DIRECTIONS FOR THIS TASK:
Please copy every line from the records below that contains the string "join".

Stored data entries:
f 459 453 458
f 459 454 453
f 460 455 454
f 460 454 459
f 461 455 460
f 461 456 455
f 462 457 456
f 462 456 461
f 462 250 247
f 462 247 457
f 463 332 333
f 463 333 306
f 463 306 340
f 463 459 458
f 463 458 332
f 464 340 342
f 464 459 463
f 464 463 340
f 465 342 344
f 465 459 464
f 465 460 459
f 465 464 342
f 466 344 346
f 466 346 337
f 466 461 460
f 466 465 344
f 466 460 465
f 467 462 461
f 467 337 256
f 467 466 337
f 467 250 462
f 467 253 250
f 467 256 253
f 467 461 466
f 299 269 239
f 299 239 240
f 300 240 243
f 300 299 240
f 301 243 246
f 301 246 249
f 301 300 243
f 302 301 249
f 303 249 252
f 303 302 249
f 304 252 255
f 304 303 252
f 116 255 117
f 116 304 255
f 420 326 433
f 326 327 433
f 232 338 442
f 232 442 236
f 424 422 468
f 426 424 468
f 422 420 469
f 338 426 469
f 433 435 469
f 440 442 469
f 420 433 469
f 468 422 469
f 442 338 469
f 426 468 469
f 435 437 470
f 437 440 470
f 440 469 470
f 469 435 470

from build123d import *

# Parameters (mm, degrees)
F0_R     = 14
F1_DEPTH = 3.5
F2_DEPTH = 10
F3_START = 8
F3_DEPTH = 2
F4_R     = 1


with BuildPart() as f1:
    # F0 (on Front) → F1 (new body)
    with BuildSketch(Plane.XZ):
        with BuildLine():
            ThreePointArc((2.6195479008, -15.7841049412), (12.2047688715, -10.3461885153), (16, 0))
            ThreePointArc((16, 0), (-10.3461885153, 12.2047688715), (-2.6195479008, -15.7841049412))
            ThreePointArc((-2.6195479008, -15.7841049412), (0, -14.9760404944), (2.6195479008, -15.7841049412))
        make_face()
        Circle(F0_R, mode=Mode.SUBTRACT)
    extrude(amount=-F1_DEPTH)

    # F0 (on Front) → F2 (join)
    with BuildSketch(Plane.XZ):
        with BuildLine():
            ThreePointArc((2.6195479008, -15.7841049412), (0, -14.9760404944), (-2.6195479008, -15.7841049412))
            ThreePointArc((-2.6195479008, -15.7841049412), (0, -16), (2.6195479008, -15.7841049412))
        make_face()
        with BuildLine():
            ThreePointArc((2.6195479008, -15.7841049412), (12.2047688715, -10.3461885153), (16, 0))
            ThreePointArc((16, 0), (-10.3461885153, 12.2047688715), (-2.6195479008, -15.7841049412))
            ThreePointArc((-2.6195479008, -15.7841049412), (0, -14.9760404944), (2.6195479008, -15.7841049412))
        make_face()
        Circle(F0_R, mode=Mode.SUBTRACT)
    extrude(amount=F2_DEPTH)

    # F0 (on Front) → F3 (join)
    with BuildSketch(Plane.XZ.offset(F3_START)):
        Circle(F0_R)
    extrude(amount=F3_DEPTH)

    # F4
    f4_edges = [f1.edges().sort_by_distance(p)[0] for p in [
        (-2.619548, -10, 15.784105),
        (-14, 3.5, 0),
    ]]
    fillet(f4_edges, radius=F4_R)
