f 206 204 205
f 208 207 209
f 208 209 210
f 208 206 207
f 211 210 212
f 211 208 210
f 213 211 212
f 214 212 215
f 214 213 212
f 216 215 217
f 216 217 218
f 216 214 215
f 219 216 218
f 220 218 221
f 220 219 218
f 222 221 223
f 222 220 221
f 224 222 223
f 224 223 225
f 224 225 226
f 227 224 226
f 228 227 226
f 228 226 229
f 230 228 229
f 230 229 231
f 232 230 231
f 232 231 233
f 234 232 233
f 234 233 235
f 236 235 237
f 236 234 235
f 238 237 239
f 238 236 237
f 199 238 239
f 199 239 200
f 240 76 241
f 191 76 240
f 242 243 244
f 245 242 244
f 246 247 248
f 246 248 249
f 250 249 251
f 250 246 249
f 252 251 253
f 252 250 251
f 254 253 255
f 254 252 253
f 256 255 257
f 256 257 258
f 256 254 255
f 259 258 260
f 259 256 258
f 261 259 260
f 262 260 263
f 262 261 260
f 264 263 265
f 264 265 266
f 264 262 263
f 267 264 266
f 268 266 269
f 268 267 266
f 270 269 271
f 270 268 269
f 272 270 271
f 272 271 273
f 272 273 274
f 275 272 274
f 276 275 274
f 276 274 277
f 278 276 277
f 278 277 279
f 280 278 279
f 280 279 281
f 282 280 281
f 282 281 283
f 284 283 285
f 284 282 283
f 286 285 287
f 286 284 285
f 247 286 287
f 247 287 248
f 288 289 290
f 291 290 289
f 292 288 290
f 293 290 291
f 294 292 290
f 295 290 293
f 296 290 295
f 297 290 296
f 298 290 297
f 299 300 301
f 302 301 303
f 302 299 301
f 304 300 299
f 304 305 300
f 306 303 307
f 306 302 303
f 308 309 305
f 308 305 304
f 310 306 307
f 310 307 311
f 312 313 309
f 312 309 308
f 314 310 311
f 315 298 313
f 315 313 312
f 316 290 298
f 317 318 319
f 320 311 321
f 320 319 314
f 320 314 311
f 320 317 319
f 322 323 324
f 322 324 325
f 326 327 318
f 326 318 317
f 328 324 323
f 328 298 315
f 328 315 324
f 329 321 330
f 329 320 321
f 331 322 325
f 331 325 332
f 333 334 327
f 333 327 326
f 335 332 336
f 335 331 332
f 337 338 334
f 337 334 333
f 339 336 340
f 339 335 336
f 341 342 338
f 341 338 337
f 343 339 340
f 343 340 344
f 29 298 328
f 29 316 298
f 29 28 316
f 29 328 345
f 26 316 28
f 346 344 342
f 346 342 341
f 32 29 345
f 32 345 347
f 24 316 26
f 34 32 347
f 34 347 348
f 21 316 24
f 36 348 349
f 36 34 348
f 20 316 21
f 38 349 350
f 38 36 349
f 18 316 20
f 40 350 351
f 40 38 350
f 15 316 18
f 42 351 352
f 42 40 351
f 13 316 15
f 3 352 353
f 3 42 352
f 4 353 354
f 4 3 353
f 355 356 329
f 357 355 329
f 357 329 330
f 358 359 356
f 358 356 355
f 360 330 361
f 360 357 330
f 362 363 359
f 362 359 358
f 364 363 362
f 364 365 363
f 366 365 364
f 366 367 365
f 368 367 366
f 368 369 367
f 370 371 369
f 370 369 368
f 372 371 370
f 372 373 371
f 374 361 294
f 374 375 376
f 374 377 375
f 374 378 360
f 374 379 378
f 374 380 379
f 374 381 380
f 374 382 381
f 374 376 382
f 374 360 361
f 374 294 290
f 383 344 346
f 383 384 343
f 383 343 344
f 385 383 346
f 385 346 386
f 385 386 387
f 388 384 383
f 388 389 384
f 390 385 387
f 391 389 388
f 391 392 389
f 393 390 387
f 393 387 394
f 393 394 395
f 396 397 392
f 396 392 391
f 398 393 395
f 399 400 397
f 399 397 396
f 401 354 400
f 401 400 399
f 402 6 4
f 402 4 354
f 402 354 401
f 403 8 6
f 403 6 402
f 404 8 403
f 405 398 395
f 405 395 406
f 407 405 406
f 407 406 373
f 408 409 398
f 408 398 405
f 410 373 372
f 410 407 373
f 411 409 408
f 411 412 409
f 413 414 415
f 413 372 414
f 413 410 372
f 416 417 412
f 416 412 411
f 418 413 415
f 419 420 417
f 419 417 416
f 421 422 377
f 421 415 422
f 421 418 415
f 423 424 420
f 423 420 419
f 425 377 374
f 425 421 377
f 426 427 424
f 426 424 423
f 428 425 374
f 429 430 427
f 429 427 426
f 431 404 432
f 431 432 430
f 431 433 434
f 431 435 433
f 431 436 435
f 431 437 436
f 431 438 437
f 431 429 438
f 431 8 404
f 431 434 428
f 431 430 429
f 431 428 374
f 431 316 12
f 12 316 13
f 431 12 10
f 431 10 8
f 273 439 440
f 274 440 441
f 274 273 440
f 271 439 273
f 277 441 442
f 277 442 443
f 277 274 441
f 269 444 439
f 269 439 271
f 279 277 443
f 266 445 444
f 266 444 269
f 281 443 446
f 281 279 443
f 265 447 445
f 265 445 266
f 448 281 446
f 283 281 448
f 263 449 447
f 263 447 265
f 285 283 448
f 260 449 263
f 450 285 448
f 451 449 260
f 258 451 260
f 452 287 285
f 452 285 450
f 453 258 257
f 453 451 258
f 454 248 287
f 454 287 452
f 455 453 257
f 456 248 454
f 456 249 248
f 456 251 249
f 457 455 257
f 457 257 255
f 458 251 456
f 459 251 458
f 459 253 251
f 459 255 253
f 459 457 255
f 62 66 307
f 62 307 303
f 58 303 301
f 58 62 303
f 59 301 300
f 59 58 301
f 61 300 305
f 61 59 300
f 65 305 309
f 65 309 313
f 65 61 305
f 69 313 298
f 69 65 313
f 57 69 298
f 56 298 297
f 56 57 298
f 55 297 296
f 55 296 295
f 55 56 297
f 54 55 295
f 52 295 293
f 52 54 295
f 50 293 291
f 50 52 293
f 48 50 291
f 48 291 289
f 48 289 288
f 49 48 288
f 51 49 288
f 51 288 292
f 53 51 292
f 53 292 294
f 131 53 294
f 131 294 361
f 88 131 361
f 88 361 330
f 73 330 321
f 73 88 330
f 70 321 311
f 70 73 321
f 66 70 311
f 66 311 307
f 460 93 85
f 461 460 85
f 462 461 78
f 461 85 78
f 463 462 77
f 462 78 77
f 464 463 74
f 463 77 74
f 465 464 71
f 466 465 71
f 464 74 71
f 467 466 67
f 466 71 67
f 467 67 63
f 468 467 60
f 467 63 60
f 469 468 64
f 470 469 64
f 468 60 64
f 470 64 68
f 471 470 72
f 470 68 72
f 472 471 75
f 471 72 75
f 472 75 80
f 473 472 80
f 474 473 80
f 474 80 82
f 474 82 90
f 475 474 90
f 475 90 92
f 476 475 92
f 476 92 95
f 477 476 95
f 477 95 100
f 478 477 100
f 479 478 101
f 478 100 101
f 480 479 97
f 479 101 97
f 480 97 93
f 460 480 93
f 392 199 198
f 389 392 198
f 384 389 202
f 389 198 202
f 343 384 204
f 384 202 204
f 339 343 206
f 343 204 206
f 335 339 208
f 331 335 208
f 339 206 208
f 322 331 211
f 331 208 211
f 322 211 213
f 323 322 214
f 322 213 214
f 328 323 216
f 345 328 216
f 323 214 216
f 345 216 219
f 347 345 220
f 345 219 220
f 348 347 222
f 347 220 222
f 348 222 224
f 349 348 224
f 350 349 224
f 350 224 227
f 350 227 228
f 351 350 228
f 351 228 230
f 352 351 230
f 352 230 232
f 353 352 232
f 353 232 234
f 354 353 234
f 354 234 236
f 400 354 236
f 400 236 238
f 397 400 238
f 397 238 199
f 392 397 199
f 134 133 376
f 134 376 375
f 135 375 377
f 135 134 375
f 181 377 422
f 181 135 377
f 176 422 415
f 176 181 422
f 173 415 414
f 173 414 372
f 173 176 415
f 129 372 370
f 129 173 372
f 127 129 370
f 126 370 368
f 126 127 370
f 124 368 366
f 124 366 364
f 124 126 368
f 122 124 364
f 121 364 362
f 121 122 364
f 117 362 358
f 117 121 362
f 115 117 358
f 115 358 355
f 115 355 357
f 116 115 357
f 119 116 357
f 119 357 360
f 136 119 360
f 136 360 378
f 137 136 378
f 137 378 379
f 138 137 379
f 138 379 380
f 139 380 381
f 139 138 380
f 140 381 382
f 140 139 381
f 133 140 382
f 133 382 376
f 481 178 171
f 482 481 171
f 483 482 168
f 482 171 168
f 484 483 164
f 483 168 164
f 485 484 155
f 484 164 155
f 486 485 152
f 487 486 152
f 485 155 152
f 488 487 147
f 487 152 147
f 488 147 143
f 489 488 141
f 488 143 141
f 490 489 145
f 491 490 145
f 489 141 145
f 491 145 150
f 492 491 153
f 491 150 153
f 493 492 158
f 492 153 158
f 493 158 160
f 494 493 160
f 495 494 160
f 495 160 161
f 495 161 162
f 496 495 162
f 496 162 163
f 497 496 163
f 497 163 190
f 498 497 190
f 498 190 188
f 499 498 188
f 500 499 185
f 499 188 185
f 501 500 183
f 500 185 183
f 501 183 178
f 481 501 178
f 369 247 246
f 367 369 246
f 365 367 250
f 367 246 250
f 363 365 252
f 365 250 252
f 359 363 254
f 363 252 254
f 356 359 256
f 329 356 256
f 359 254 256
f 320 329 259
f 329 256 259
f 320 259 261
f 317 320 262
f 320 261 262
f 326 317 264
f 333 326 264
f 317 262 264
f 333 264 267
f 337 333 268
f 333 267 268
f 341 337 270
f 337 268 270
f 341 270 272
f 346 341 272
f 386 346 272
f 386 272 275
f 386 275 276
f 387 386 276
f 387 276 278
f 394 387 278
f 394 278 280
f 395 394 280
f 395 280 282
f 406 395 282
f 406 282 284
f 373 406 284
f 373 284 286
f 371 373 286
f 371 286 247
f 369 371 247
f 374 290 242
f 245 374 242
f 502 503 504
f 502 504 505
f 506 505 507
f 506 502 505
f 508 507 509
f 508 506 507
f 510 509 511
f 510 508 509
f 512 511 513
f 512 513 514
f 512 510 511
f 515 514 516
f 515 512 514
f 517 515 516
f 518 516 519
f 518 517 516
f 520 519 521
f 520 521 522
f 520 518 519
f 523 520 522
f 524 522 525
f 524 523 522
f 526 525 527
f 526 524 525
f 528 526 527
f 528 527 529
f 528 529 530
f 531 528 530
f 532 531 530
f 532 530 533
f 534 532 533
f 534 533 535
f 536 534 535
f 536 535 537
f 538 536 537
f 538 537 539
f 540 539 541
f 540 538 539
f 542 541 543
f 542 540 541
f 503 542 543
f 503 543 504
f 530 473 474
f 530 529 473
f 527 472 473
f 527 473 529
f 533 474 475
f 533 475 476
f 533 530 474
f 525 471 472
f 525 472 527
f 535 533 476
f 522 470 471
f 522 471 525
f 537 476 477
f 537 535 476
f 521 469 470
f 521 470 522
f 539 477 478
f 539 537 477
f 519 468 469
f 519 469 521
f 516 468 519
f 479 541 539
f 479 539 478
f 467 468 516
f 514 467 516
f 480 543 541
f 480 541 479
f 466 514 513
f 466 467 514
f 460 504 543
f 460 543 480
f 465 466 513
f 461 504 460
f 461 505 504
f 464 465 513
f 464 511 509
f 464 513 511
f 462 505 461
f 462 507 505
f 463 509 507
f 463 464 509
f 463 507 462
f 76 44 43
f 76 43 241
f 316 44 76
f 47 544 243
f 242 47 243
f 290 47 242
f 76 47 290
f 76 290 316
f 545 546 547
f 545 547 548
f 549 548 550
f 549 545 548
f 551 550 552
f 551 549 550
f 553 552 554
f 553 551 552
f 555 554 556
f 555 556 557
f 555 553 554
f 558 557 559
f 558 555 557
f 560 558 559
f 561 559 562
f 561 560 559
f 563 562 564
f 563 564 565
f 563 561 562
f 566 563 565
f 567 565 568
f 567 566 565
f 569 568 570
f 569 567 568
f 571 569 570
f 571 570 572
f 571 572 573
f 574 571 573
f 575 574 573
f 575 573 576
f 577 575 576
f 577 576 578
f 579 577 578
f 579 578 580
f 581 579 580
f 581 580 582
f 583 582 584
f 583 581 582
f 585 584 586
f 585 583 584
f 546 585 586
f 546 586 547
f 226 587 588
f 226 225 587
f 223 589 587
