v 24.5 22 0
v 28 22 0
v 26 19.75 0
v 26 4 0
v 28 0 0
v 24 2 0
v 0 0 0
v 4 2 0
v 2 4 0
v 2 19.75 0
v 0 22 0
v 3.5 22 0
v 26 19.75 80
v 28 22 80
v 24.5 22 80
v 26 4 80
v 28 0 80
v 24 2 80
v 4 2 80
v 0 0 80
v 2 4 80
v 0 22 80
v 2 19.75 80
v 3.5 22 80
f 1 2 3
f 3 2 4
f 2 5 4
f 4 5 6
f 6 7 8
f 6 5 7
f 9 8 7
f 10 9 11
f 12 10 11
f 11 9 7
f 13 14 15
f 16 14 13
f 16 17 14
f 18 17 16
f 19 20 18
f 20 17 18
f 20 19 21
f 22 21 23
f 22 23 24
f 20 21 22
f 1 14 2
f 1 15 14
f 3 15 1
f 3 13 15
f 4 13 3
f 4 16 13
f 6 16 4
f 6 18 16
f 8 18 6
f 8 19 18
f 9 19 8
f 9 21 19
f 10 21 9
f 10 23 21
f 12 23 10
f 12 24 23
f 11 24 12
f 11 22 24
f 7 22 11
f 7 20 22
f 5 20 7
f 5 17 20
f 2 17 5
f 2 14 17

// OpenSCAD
// Total lengde 950mm
hull_d = 4;
hullbrem_d = 10;
hullbrem_h = 1.2;
hull_dist = 20;
bruk_skruehull = false;
bunn = 2 + (bruk_skruehull ? hullbrem_h : 0);
hull_h = bunn;
bredde = 24;
hoyde = 20;
lengde = 80;
vegg = 2;
avrunding = vegg;
kant = 1.5;
vkant = kant*1.5;

skinne_p = [
    [0,0],
    [bredde+vegg*2, 0],
    [bredde+vegg*2, hoyde+bunn],
    [bredde+vegg-kant, hoyde+bunn],
    [bredde+vegg, hoyde+bunn-vkant],
    [bredde+avrunding, bunn+avrunding],
    [bredde, bunn],
    [vegg+avrunding, bunn],
    [vegg, bunn+avrunding],
    [vegg, bunn],
    [vegg, hoyde+bunn-vkant],
    [vegg+kant, hoyde+bunn],
    [0, hoyde+bunn],
    [0, hoyde],
];

module skruehull(
    hull_d = hull_d,
    hull_h = hull_h, 
    dybde = bunn, 
    hullbrem_d = hullbrem_d, 
    hullbrem_h = hullbrem_h) {
    cylinder(d=hullbrem_d, h=hullbrem_h, $fn=128);
    translate([0,0,hullbrem_h]) {
        cylinder(d=hull_d, h=hull_h-hullbrem_h, $fn=128);
    }
}

module skinne(storrelse = skinne_p, hoyde = lengde) {
    difference() {
        linear_extrude(lengde) {
            polygon(skinne_p);
            /*
            translate([tykkelse,tykkelse]) {
                square([tykkelse,tykkelse]);
            }
            translate([bredde,tykkelse]) {
                square([tykkelse,tykkelse]);
            }
            */
        }
        if (bruk_skruehull) {
            translate([bredde/2+vegg,hull_h,hull_dist]) {
                rotate([90,0,0]) {
                    skruehull();
                    echo ("høl");
                }
            }
            translate([bredde/2+vegg,hull_h,lengde-hull_dist]) {
                rotate([90,0,0]) {
                    skruehull();
                }
            }
        }
    }
}

skinne();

SOLUTION FOR THIS PROBLEM:
    # F0 (on Front) → F2 (join)
    # F0 (on Front) → F3 (join)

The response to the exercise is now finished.